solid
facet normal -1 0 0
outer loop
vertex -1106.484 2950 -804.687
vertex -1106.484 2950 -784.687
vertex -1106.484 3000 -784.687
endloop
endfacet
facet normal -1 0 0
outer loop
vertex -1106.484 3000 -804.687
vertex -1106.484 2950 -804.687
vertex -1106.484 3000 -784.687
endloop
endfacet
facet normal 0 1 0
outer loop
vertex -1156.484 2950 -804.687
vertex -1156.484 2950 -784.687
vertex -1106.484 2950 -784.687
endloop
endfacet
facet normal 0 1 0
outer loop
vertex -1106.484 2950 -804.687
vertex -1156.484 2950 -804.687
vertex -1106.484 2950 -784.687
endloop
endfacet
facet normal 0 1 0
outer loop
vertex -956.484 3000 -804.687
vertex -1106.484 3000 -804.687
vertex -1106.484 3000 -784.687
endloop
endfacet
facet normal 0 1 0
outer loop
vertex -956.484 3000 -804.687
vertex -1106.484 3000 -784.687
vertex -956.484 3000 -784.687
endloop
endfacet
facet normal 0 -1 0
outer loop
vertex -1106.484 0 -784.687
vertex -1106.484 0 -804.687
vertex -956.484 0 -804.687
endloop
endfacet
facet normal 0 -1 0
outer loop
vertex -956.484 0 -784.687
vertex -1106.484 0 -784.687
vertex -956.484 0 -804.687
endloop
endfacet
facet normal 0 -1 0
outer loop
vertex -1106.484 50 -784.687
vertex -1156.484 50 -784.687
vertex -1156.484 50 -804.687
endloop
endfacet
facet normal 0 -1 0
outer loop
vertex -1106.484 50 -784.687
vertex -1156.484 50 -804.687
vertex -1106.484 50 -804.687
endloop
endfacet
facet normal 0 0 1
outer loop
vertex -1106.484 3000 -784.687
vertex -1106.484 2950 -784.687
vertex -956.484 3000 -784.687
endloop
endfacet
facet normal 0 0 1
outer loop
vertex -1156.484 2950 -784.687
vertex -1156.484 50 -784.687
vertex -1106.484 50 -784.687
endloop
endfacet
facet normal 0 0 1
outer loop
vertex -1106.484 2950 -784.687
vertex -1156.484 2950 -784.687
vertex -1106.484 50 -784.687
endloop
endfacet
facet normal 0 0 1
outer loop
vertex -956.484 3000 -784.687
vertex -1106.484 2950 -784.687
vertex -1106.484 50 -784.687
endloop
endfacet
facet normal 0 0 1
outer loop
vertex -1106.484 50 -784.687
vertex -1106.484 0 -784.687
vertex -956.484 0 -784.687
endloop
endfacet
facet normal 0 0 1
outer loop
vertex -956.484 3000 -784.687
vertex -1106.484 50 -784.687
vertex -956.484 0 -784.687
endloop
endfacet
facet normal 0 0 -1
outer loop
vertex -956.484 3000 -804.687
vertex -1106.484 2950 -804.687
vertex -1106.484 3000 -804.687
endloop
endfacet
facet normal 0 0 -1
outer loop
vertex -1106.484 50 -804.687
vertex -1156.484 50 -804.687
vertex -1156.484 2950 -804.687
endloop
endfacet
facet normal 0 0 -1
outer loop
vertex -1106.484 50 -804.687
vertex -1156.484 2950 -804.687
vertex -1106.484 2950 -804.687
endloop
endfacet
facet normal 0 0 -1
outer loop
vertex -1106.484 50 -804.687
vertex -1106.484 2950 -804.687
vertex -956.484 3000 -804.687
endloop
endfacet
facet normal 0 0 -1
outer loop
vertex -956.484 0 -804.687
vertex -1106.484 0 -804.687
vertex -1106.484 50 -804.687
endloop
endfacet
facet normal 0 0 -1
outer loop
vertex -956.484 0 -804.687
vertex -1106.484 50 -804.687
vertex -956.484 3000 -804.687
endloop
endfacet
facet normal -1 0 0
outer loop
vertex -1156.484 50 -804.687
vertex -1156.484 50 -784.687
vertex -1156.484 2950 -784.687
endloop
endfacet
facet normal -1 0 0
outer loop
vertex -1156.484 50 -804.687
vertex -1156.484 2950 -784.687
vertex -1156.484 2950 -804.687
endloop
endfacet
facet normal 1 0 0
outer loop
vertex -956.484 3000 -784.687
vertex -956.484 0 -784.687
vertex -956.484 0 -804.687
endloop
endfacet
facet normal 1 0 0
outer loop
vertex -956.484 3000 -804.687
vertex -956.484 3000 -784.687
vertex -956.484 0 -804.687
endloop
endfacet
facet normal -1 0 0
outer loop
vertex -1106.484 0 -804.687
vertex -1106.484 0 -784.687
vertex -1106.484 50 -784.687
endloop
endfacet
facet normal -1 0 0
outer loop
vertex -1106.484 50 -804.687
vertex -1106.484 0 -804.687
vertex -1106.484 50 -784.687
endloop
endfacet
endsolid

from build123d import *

# Parameters (mm, degrees)
ESBO_O1_W                = 200
ESBO_O1_H                = 20
RESSALTO_EXTRUS_O1_DEPTH = 3000
ESBO_O2_W                = 50
ESBO_O2_H                = 50
CORTE_EXTRUS_O1_DEPTH    = 21
ESBO_O3_W                = 50
ESBO_O3_H                = 50
CORTE_EXTRUS_O2_DEPTH    = 21


with BuildPart() as part:
    # Esboço1 → Ressalto-extrusão1 (new body)
    with BuildSketch(Plane(origin=(0, 0, 0), x_dir=(1, 0, 0), z_dir=(0, 1, 0))):
        with Locations((-1056.483688544, 794.687242443)):
            Rectangle(ESBO_O1_W, ESBO_O1_H)
    extrude(amount=RESSALTO_EXTRUS_O1_DEPTH)

    # Esboço2 → Corte-extrusão1 (cut, through all)
    with BuildSketch(Plane.XY.offset(-784.687242443)):
        with Locations((-1131.483688544, 25)):
            Rectangle(ESBO_O2_W, ESBO_O2_H)
    extrude(amount=-CORTE_EXTRUS_O1_DEPTH, mode=Mode.SUBTRACT)

    # Esboço3 → Corte-extrusão2 (cut, through all)
    with BuildSketch(Plane.XY.offset(-784.687242443)):
        with Locations((-1131.483688544, 2975)):
            Rectangle(ESBO_O3_W, ESBO_O3_H)
    extrude(amount=-CORTE_EXTRUS_O2_DEPTH, mode=Mode.SUBTRACT)


solid = part.part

__Task to complete__
Go through the listing and print each line exactly as it appears.

__Answer for the task__
solid
facet normal -1 0 0
outer loop
vertex -1106.484 2950 -804.687
vertex -1106.484 2950 -784.687
vertex -1106.484 3000 -784.687
endloop
endfacet
facet normal -1 0 0
outer loop
vertex -1106.484 3000 -804.687
vertex -1106.484 2950 -804.687
vertex -1106.484 3000 -784.687
endloop
endfacet
facet normal 0 1 0
outer loop
vertex -1156.484 2950 -804.687
vertex -1156.484 2950 -784.687
vertex -1106.484 2950 -784.687
endloop
endfacet
facet normal 0 1 0
outer loop
vertex -1106.484 2950 -804.687
vertex -1156.484 2950 -804.687
vertex -1106.484 2950 -784.687
endloop
endfacet
facet normal 0 1 0
outer loop
vertex -956.484 3000 -804.687
vertex -1106.484 3000 -804.687
vertex -1106.484 3000 -784.687
endloop
endfacet
facet normal 0 1 0
outer loop
vertex -956.484 3000 -804.687
vertex -1106.484 3000 -784.687
vertex -956.484 3000 -784.687
endloop
endfacet
facet normal 0 -1 0
outer loop
vertex -1106.484 0 -784.687
vertex -1106.484 0 -804.687
vertex -956.484 0 -804.687
endloop
endfacet
facet normal 0 -1 0
outer loop
vertex -956.484 0 -784.687
vertex -1106.484 0 -784.687
vertex -956.484 0 -804.687
endloop
endfacet
facet normal 0 -1 0
outer loop
vertex -1106.484 50 -784.687
vertex -1156.484 50 -784.687
vertex -1156.484 50 -804.687
endloop
endfacet
facet normal 0 -1 0
outer loop
vertex -1106.484 50 -784.687
vertex -1156.484 50 -804.687
vertex -1106.484 50 -804.687
endloop
endfacet
facet normal 0 0 1
outer loop
vertex -1106.484 3000 -784.687
vertex -1106.484 2950 -784.687
vertex -956.484 3000 -784.687
endloop
endfacet
facet normal 0 0 1
outer loop
vertex -1156.484 2950 -784.687
vertex -1156.484 50 -784.687
vertex -1106.484 50 -784.687
endloop
endfacet
facet normal 0 0 1
outer loop
vertex -1106.484 2950 -784.687
vertex -1156.484 2950 -784.687
vertex -1106.484 50 -784.687
endloop
endfacet
facet normal 0 0 1
outer loop
vertex -956.484 3000 -784.687
vertex -1106.484 2950 -784.687
vertex -1106.484 50 -784.687
endloop
endfacet
facet normal 0 0 1
outer loop
vertex -1106.484 50 -784.687
vertex -1106.484 0 -784.687
vertex -956.484 0 -784.687
endloop
endfacet
facet normal 0 0 1
outer loop
vertex -956.484 3000 -784.687
vertex -1106.484 50 -784.687
vertex -956.484 0 -784.687
endloop
endfacet
facet normal 0 0 -1
outer loop
vertex -956.484 3000 -804.687
vertex -1106.484 2950 -804.687
vertex -1106.484 3000 -804.687
endloop
endfacet
facet normal 0 0 -1
outer loop
vertex -1106.484 50 -804.687
vertex -1156.484 50 -804.687
vertex -1156.484 2950 -804.687
endloop
endfacet
facet normal 0 0 -1
outer loop
vertex -1106.484 50 -804.687
vertex -1156.484 2950 -804.687
vertex -1106.484 2950 -804.687
endloop
endfacet
facet normal 0 0 -1
outer loop
vertex -1106.484 50 -804.687
vertex -1106.484 2950 -804.687
vertex -956.484 3000 -804.687
endloop
endfacet
facet normal 0 0 -1
outer loop
vertex -956.484 0 -804.687
vertex -1106.484 0 -804.687
vertex -1106.484 50 -804.687
endloop
endfacet
facet normal 0 0 -1
outer loop
vertex -956.484 0 -804.687
vertex -1106.484 50 -804.687
vertex -956.484 3000 -804.687
endloop
endfacet
facet normal -1 0 0
outer loop
vertex -1156.484 50 -804.687
vertex -1156.484 50 -784.687
vertex -1156.484 2950 -784.687
endloop
endfacet
facet normal -1 0 0
outer loop
vertex -1156.484 50 -804.687
vertex -1156.484 2950 -784.687
vertex -1156.484 2950 -804.687
endloop
endfacet
facet normal 1 0 0
outer loop
vertex -956.484 3000 -784.687
vertex -956.484 0 -784.687
vertex -956.484 0 -804.687
endloop
endfacet
facet normal 1 0 0
outer loop
vertex -956.484 3000 -804.687
vertex -956.484 3000 -784.687
vertex -956.484 0 -804.687
endloop
endfacet
facet normal -1 0 0
outer loop
vertex -1106.484 0 -804.687
vertex -1106.484 0 -784.687
vertex -1106.484 50 -784.687
endloop
endfacet
facet normal -1 0 0
outer loop
vertex -1106.484 50 -804.687
vertex -1106.484 0 -804.687
vertex -1106.484 50 -784.687
endloop
endfacet
endsolid

from build123d import *

# Parameters (mm, degrees)
ESBO_O1_W                = 200
ESBO_O1_H                = 20
RESSALTO_EXTRUS_O1_DEPTH = 3000
ESBO_O2_W                = 50
ESBO_O2_H                = 50
CORTE_EXTRUS_O1_DEPTH    = 21
ESBO_O3_W                = 50
ESBO_O3_H                = 50
CORTE_EXTRUS_O2_DEPTH    = 21


with BuildPart() as part:
    # Esboço1 → Ressalto-extrusão1 (new body)
    with BuildSketch(Plane(origin=(0, 0, 0), x_dir=(1, 0, 0), z_dir=(0, 1, 0))):
        with Locations((-1056.483688544, 794.687242443)):
            Rectangle(ESBO_O1_W, ESBO_O1_H)
    extrude(amount=RESSALTO_EXTRUS_O1_DEPTH)

    # Esboço2 → Corte-extrusão1 (cut, through all)
    with BuildSketch(Plane.XY.offset(-784.687242443)):
        with Locations((-1131.483688544, 25)):
            Rectangle(ESBO_O2_W, ESBO_O2_H)
    extrude(amount=-CORTE_EXTRUS_O1_DEPTH, mode=Mode.SUBTRACT)

    # Esboço3 → Corte-extrusão2 (cut, through all)
    with BuildSketch(Plane.XY.offset(-784.687242443)):
        with Locations((-1131.483688544, 2975)):
            Rectangle(ESBO_O3_W, ESBO_O3_H)
    extrude(amount=-CORTE_EXTRUS_O2_DEPTH, mode=Mode.SUBTRACT)


solid = part.part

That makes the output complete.